Jewish communities across Ukraine used different words, but the same moral language: gratitude.
Some spoke of a debt that can never fully be repaid. Others recalled the teaching that whoever saves one life saves an entire world. The Federation of Jewish Communities of Ukraine wrote that the rescuers chose humanity instead of fear, life instead of silence — without glory, without awards, simply with a heart.
That sentence may be the simplest way to understand the day.
Without glory.
Without awards.
Simply with a heart.
The General Staff of the Armed Forces of Ukraine also marked May 14, connecting the memory of those who saved Jews during the Second World War with the struggle against antisemitism, racism and all forms of intolerance today. Its message used the Hebrew phrase “Never Again” and placed Holocaust memory within the wider moral responsibility to resist hatred and punish war criminals.
For an Israeli audience, this is not an abstract connection.
In Israel, “Never Again” is not only about mourning the past. It is also about recognizing evil in the present. It is about understanding that memory loses its force if it becomes a ritual without moral consequences.
Ukraine’s May 14 day of remembrance is therefore not only Ukrainian.
It belongs also to Jewish memory.
It belongs to Israeli memory.
It belongs to every family whose existence may trace back to one person who decided not to look away.

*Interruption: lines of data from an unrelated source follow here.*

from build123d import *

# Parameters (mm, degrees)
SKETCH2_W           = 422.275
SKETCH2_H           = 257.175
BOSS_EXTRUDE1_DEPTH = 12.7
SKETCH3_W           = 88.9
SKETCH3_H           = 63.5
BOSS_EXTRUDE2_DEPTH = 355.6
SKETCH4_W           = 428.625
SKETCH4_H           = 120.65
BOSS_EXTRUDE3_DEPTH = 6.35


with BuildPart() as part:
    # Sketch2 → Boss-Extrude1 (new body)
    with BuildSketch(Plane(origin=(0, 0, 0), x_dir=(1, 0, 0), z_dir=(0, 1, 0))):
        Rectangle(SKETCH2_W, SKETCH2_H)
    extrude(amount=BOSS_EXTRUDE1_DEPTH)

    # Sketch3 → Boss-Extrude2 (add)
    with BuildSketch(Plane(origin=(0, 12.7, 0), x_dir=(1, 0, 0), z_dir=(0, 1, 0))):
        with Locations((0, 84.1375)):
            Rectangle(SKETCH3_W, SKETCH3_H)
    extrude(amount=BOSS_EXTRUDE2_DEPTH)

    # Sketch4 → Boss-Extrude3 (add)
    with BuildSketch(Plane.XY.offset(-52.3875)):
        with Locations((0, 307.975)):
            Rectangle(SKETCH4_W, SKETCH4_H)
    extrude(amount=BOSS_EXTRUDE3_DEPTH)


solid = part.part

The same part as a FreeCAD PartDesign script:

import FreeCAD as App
import Part
import Sketcher
Q = App.Units.Quantity

doc = App.newDocument("Part")
body = doc.addObject("PartDesign::Body", "Body")

# Sketch on XZ plane
sketch1 = doc.addObject("Sketcher::SketchObject", "Sketch")
body.addObject(sketch1)
sketch1.AttachmentSupport = (doc.XZ_Plane, [""])
sketch1.MapMode = "FlatFace"
sketch1.addGeometry(Part.LineSegment(App.Vector(-211, -129, 0), App.Vector(-211, 129, 0)), False)
sketch1.addGeometry(Part.LineSegment(App.Vector(-211, 129, 0), App.Vector(211, 129, 0)), False)
sketch1.addGeometry(Part.LineSegment(App.Vector(211, 129, 0), App.Vector(211, -129, 0)), False)
sketch1.addGeometry(Part.LineSegment(App.Vector(211, -129, 0), App.Vector(-211, -129, 0)), False)
sketch1.addConstraint(Sketcher.Constraint("Coincident", 0, 2, 1, 1))
sketch1.addConstraint(Sketcher.Constraint("Coincident", 1, 2, 2, 1))
sketch1.addConstraint(Sketcher.Constraint("Coincident", 2, 2, 3, 1))
sketch1.addConstraint(Sketcher.Constraint("Coincident", 3, 2, 0, 1))
sketch1.addConstraint(Sketcher.Constraint("Vertical", 0))
sketch1.addConstraint(Sketcher.Constraint("Horizontal", 1))
sketch1.addConstraint(Sketcher.Constraint("Vertical", 2))
sketch1.addConstraint(Sketcher.Constraint("Horizontal", 3))
sketch1.addConstraint(Sketcher.Constraint("Symmetric", 0, 2, 2, 2, -1, 1))
sketch1.addConstraint(Sketcher.Constraint("DistanceX", 1, 1, 1, 2, Q("16.625 in")))
sketch1.addConstraint(Sketcher.Constraint("DistanceY", 0, 1, 0, 2, Q("10.125 in")))
pad1 = doc.addObject("PartDesign::Pad", "Pad")
body.addObject(pad1)
pad1.Profile = sketch1
pad1.Length = Q("0.5 in")
pad1.Reversed = True

# Sketch on XZ plane
sketch2 = doc.addObject("Sketcher::SketchObject", "Sketch001")
body.addObject(sketch2)
sketch2.AttachmentSupport = (doc.XZ_Plane, [""])
sketch2.MapMode = "FlatFace"
sketch2.AttachmentOffset = App.Placement(App.Vector(0, 0, -0.5 * 25.4), App.Rotation())
sketch2.addGeometry(Part.LineSegment(App.Vector(-44, -116, 0), App.Vector(-44, -52, 0)), False)
sketch2.addGeometry(Part.LineSegment(App.Vector(-44, -52, 0), App.Vector(44, -52, 0)), False)
sketch2.addGeometry(Part.LineSegment(App.Vector(44, -52, 0), App.Vector(44, -116, 0)), False)
sketch2.addGeometry(Part.LineSegment(App.Vector(44, -116, 0), App.Vector(-44, -116, 0)), False)
sketch2.addConstraint(Sketcher.Constraint("Coincident", 0, 2, 1, 1))
sketch2.addConstraint(Sketcher.Constraint("Coincident", 1, 2, 2, 1))
sketch2.addConstraint(Sketcher.Constraint("Coincident", 2, 2, 3, 1))
sketch2.addConstraint(Sketcher.Constraint("Coincident", 3, 2, 0, 1))
sketch2.addConstraint(Sketcher.Constraint("Vertical", 0))
sketch2.addConstraint(Sketcher.Constraint("Horizontal", 1))
sketch2.addConstraint(Sketcher.Constraint("Vertical", 2))
sketch2.addConstraint(Sketcher.Constraint("Horizontal", 3))
sketch2.addConstraint(Sketcher.Constraint("DistanceX", 1, 1, 1, 2, Q("3.5 in")))
sketch2.addConstraint(Sketcher.Constraint("DistanceY", 0, 1, 0, 2, Q("2.5 in")))
sketch2.addConstraint(Sketcher.Constraint("DistanceX", 0, 2, -1, 1, Q("1.75 in")))
sketch2.addConstraint(Sketcher.Constraint("DistanceY", 0, 2, -1, 1, Q("2.0625 in")))
pad2 = doc.addObject("PartDesign::Pad", "Pad001")
body.addObject(pad2)
pad2.Profile = sketch2
pad2.Length = Q("14 in")
pad2.Reversed = True

# Sketch on XY plane
sketch3 = doc.addObject("Sketcher::SketchObject", "Sketch002")
body.addObject(sketch3)
sketch3.AttachmentSupport = (doc.XY_Plane, [""])
sketch3.MapMode = "FlatFace"
sketch3.AttachmentOffset = App.Placement(App.Vector(0, 0, -2.0625 * 25.4), App.Rotation())
sketch3.addGeometry(Part.LineSegment(App.Vector(-214, 368, 0), App.Vector(-214, 248, 0)), False)
sketch3.addGeometry(Part.LineSegment(App.Vector(-214, 248, 0), App.Vector(214, 248, 0)), False)
sketch3.addGeometry(Part.LineSegment(App.Vector(214, 248, 0), App.Vector(214, 368, 0)), False)
sketch3.addGeometry(Part.LineSegment(App.Vector(214, 368, 0), App.Vector(-214, 368, 0)), False)
sketch3.addConstraint(Sketcher.Constraint("Coincident", 0, 2, 1, 1))
sketch3.addConstraint(Sketcher.Constraint("Coincident", 1, 2, 2, 1))
sketch3.addConstraint(Sketcher.Constraint("Coincident", 2, 2, 3, 1))
sketch3.addConstraint(Sketcher.Constraint("Coincident", 3, 2, 0, 1))
sketch3.addConstraint(Sketcher.Constraint("Vertical", 0))
sketch3.addConstraint(Sketcher.Constraint("Horizontal", 1))
sketch3.addConstraint(Sketcher.Constraint("Vertical", 2))
sketch3.addConstraint(Sketcher.Constraint("Horizontal", 3))
sketch3.addConstraint(Sketcher.Constraint("DistanceY", 0, 2, 0, 1, Q("4.75 in")))
sketch3.addConstraint(Sketcher.Constraint("DistanceY", -1, 1, 2, 2, Q("14.5 in")))
sketch3.addConstraint(Sketcher.Constraint("DistanceX", 1, 1, 1, 2, Q("16.875 in")))
sketch3.addConstraint(Sketcher.Constraint("DistanceX", 0, 2, -1, 1, Q("8.4375 in")))
pad3 = doc.addObject("PartDesign::Pad", "Pad002")
body.addObject(pad3)
pad3.Profile = sketch3
pad3.Length = Q("0.25 in")

doc.recompute()
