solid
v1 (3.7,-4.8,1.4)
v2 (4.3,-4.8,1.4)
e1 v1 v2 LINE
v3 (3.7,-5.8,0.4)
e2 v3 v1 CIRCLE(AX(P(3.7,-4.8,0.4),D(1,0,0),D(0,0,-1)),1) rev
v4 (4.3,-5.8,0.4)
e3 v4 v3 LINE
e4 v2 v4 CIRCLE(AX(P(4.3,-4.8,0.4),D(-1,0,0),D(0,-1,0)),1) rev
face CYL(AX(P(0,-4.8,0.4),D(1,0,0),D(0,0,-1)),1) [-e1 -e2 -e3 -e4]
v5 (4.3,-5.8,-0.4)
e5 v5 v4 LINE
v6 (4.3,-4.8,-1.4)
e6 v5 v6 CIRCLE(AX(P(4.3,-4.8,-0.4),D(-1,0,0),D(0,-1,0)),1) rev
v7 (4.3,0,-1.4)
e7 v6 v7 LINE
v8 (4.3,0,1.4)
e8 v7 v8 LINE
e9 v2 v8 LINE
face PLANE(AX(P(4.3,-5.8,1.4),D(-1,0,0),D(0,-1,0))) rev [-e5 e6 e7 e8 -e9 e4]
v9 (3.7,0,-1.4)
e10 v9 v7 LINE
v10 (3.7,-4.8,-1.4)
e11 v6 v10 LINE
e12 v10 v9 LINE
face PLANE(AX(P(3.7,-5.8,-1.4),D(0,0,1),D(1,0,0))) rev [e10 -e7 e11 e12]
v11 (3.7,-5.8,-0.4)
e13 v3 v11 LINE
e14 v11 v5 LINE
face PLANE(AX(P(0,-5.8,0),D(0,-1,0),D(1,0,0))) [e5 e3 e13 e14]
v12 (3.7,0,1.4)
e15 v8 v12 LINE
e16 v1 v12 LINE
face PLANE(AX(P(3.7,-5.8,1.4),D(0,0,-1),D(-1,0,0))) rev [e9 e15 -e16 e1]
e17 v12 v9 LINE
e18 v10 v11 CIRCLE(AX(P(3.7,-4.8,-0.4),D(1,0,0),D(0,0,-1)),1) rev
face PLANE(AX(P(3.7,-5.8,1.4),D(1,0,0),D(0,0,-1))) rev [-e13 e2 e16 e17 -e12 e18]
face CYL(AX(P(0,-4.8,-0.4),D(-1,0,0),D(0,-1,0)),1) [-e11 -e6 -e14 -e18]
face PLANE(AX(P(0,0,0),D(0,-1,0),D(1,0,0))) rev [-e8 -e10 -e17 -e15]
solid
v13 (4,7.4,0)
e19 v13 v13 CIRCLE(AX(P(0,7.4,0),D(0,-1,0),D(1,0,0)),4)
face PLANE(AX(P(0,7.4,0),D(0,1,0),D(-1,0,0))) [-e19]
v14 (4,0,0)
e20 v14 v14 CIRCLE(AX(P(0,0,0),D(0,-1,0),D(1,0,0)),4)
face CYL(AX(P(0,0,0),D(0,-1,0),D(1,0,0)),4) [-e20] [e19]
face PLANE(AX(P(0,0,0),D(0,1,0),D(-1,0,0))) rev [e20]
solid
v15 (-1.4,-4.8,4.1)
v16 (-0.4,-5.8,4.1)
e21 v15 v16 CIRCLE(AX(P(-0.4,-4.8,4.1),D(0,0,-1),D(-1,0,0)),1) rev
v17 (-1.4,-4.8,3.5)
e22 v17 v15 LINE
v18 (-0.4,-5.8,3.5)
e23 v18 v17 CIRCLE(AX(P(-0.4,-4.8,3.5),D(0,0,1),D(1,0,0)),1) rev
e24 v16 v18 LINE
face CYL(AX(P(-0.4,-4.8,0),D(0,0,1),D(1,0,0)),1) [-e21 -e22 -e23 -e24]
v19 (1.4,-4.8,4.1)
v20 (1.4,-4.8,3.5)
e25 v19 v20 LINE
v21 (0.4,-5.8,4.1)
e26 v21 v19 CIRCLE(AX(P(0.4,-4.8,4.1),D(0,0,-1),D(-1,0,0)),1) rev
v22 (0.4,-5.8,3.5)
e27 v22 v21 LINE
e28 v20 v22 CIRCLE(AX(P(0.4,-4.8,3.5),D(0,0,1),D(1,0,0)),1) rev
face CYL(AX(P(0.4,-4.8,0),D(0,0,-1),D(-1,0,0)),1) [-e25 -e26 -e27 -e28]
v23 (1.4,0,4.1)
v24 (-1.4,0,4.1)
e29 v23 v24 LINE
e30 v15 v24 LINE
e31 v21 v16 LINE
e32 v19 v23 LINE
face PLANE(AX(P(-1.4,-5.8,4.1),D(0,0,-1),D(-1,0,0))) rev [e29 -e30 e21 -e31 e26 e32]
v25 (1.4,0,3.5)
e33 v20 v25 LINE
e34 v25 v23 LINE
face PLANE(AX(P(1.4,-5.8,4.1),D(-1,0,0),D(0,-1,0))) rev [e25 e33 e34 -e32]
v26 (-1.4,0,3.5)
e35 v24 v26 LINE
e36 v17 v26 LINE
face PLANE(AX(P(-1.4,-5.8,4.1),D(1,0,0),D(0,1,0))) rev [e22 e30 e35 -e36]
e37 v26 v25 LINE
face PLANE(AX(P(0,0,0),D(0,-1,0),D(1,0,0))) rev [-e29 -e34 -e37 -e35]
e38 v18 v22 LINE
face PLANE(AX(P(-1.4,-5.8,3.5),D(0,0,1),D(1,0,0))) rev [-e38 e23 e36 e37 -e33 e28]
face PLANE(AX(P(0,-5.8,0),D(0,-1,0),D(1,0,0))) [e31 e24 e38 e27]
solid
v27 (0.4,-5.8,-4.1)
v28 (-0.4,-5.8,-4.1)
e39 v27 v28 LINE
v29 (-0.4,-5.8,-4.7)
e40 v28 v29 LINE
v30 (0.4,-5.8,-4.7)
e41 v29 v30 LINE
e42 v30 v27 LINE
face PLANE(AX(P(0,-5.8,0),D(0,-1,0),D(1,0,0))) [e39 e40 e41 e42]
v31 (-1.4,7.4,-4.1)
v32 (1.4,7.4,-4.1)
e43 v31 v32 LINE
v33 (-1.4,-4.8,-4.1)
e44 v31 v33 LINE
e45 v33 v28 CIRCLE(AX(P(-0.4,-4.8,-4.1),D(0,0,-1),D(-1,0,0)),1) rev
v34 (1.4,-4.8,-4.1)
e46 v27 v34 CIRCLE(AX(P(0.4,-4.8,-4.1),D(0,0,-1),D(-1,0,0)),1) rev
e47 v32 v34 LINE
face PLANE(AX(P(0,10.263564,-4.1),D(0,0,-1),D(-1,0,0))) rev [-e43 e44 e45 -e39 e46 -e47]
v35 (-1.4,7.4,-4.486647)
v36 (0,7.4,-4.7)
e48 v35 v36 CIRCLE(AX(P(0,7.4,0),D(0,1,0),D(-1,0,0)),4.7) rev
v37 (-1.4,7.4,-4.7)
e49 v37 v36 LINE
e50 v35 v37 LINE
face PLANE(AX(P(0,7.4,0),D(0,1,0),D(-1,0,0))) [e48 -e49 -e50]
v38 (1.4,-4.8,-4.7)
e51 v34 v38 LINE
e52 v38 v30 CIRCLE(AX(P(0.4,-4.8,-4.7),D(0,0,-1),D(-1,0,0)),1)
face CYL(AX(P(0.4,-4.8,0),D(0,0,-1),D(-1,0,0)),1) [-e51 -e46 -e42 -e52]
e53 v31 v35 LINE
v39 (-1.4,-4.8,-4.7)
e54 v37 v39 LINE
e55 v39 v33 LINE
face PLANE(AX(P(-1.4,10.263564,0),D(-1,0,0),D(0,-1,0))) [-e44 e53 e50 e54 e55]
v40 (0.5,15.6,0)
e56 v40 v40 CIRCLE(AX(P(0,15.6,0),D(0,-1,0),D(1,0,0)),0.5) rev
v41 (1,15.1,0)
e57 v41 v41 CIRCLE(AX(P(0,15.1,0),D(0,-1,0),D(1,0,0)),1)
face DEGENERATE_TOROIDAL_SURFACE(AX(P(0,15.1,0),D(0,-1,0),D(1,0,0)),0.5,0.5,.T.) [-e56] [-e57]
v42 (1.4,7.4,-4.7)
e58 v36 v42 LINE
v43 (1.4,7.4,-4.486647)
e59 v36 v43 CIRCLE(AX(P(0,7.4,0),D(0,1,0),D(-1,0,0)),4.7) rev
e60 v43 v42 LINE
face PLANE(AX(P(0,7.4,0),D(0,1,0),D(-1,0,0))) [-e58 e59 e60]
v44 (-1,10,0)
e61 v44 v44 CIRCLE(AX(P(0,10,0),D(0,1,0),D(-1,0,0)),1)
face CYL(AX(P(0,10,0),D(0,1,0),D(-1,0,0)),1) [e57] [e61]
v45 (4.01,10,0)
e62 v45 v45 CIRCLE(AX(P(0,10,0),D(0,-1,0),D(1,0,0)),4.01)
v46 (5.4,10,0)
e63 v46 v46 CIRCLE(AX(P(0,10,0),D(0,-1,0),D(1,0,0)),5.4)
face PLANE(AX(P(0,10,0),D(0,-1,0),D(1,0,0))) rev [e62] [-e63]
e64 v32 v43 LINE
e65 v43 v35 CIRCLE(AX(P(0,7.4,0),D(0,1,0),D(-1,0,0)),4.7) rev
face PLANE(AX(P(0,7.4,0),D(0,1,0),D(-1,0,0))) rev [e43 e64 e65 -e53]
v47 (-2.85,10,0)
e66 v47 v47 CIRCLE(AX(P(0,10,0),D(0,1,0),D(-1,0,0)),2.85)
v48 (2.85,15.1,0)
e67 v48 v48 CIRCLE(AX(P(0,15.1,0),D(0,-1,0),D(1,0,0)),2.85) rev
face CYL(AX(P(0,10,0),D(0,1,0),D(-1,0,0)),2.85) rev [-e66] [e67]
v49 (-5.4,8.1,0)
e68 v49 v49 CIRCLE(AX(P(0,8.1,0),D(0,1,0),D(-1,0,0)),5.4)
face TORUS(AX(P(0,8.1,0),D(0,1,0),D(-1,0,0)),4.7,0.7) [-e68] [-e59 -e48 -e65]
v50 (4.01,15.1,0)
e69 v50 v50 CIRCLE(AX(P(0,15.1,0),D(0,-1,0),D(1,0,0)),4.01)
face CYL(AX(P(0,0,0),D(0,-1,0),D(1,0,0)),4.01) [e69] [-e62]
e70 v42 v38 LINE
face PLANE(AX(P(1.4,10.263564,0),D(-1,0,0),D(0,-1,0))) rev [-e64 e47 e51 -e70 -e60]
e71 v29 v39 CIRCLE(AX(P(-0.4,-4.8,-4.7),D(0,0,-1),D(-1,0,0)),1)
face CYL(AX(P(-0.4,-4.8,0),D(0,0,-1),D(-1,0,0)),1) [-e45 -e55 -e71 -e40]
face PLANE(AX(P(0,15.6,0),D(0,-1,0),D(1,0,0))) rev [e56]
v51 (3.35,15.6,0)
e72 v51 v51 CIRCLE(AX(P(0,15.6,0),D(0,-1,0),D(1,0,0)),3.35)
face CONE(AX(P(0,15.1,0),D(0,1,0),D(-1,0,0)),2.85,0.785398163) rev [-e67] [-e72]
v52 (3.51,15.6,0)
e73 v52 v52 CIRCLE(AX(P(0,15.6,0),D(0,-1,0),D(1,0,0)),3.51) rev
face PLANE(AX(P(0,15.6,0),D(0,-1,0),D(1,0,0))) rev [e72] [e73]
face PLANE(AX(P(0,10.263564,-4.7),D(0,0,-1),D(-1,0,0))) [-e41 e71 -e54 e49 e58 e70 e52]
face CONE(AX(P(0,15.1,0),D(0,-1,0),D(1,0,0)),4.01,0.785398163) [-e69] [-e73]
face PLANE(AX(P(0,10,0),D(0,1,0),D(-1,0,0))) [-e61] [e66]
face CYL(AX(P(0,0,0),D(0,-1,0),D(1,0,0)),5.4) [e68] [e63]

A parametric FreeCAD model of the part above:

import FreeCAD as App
import Part
import Sketcher

V = App.Vector
Q = App.Units.Quantity


def edges_at(feature, points):
    """Names of the edges that pass closest to the given points."""
    edges = feature.Shape.Edges
    near = lambda p: min(range(len(edges)), key=lambda i: edges[i].distToShape(Part.Vertex(*p))[0])
    return sorted({f"Edge{near(p) + 1}" for p in points})


def add_polygon(sketch, points):
    """Adds a closed chain of lines whose ends are joined by coincident constraints."""
    first, n = sketch.GeometryCount, len(points)
    for a, b in zip(points, points[1:] + points[:1]):
        sketch.addGeometry(Part.LineSegment(App.Vector(*a, 0), App.Vector(*b, 0)), False)
    for i in range(n):
        sketch.addConstraint(Sketcher.Constraint("Coincident", first + i, 2, first + (i + 1) % n, 1))

doc = App.newDocument("Part")
body = doc.addObject("PartDesign::Body", "Body")

sketch1 = body.newObject("Sketcher::SketchObject", "Sketch")
sketch1.AttachmentSupport = (doc.getObject("XY_Plane"), [""])
sketch1.MapMode = "FlatFace"
add_polygon(sketch1, [(0, 7.4), (0, 15.6), (-4, 15.6), (-4, 10), (-5.4, 10), (-5.4, 7.4)])
sketch1.addConstraint([
    Sketcher.Constraint("Vertical", 0),
    Sketcher.Constraint("Horizontal", 1),
    Sketcher.Constraint("Vertical", 2),
    Sketcher.Constraint("Horizontal", 3),
    Sketcher.Constraint("Vertical", 4),
    Sketcher.Constraint("Horizontal", 5),
    Sketcher.Constraint("PointOnObject", 0, 2, -2),
    Sketcher.Constraint("DistanceX", 5, 1, 5, 2, Q("5.4 mm")),
    Sketcher.Constraint("DistanceY", 0, 1, 0, 2, Q("8.2 mm")),
    Sketcher.Constraint("DistanceY", 2, 2, 2, 1, Q("5.6 mm")),
    Sketcher.Constraint("DistanceY", -1, 1, 2, 2, Q("10 mm")),
    Sketcher.Constraint("DistanceX", 1, 2, 1, 1, Q("4.01 mm")),
])
revolution = body.newObject("PartDesign::Revolution", "Revolution")
revolution.Profile = sketch1
revolution.ReferenceAxis = (sketch1, ["V_Axis"])
revolution.Angle = 360
doc.recompute()

fillet = body.newObject("PartDesign::Fillet", "Fillet")
fillet.Base = (revolution, edges_at(revolution, [(5.4, 7.4, 0)]))
fillet.Radius = 0.7

sketch2 = body.newObject("Sketcher::SketchObject", "Sketch001")
sketch2.AttachmentSupport = (doc.getObject("XZ_Plane"), [""])
sketch2.MapMode = "FlatFace"
sketch2.AttachmentOffset = App.Placement(V(0, 0, -15.6), App.Rotation())
sketch2.addGeometry([
    Part.Circle(V(0, 0, 0), V(0, 0, 1), 2.9),
    Part.Circle(V(0, 0, 0), V(0, 0, 1), 1),
], False)
sketch2.addConstraint([
    Sketcher.Constraint("Coincident", 0, 3, -1, 1),
    Sketcher.Constraint("Coincident", 1, 3, -1, 1),
    Sketcher.Constraint("Diameter", 1, Q("2 mm")),
    Sketcher.Constraint("Diameter", 0, Q("5.7 mm")),
])
pocket1 = body.newObject("PartDesign::Pocket", "Pocket")
pocket1.Profile = sketch2
pocket1.Length = 5.6
pocket1.Reversed = True
doc.recompute()

fillet2 = body.newObject("PartDesign::Fillet", "Fillet001")
fillet2.Base = (pocket1, edges_at(pocket1, [(-1, 15.6, 0)]))
fillet2.Radius = 0.5
doc.recompute()

chamfer = body.newObject("PartDesign::Chamfer", "Chamfer")
chamfer.Base = (fillet2, edges_at(fillet2, [(-2.85, 15.6, 0), (4.01, 15.6, 0)]))
chamfer.Size = 0.5
body2 = doc.addObject("PartDesign::Body", "Body001")

sketch3 = body2.newObject("Sketcher::SketchObject", "Sketch002")
sketch3.AttachmentSupport = (doc.getObject("XY_Plane001"), [""])
sketch3.MapMode = "FlatFace"
add_polygon(sketch3, [(-4, 7.4), (-4, 0), (0, 0), (0, 7.4)])
sketch3.addConstraint([
    Sketcher.Constraint("Vertical", 0),
    Sketcher.Constraint("Horizontal", 1),
    Sketcher.Constraint("Vertical", 2),
    Sketcher.Constraint("Horizontal", 3),
    Sketcher.Constraint("Coincident", 1, 2, -1, 1),
    Sketcher.Constraint("DistanceX", 1, 1, 1, 2, Q("4 mm")),
    Sketcher.Constraint("DistanceY", 0, 2, 0, 1, Q("7.4 mm")),
])
revolution2 = body2.newObject("PartDesign::Revolution", "Revolution001")
revolution2.Profile = sketch3
revolution2.ReferenceAxis = (sketch3, ["V_Axis"])
revolution2.Angle = 360
body3 = doc.addObject("PartDesign::Body", "Body002")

The rescuers could not stop the Nazi machine.
They could not end the occupation.
They could not guarantee that the people they hid would survive the next day.
But they could hide one child.
They could pass food.
They could warn.
They could keep silent.
They could say: stay here.
And sometimes that was enough for an entire world to continue.
May 14 reminds Ukraine and Israel that memory is not only grief. It is gratitude. It is also the obligation to name, study and preserve the lives of those who did not betray the human being inside themselves when the world around them was collapsing.
Because memory cannot be kept in lists alone.
It needs names.
It needs faces.
It needs stories.
And it needs the courage to say that even in the darkest time, one human choice could still keep the future alive.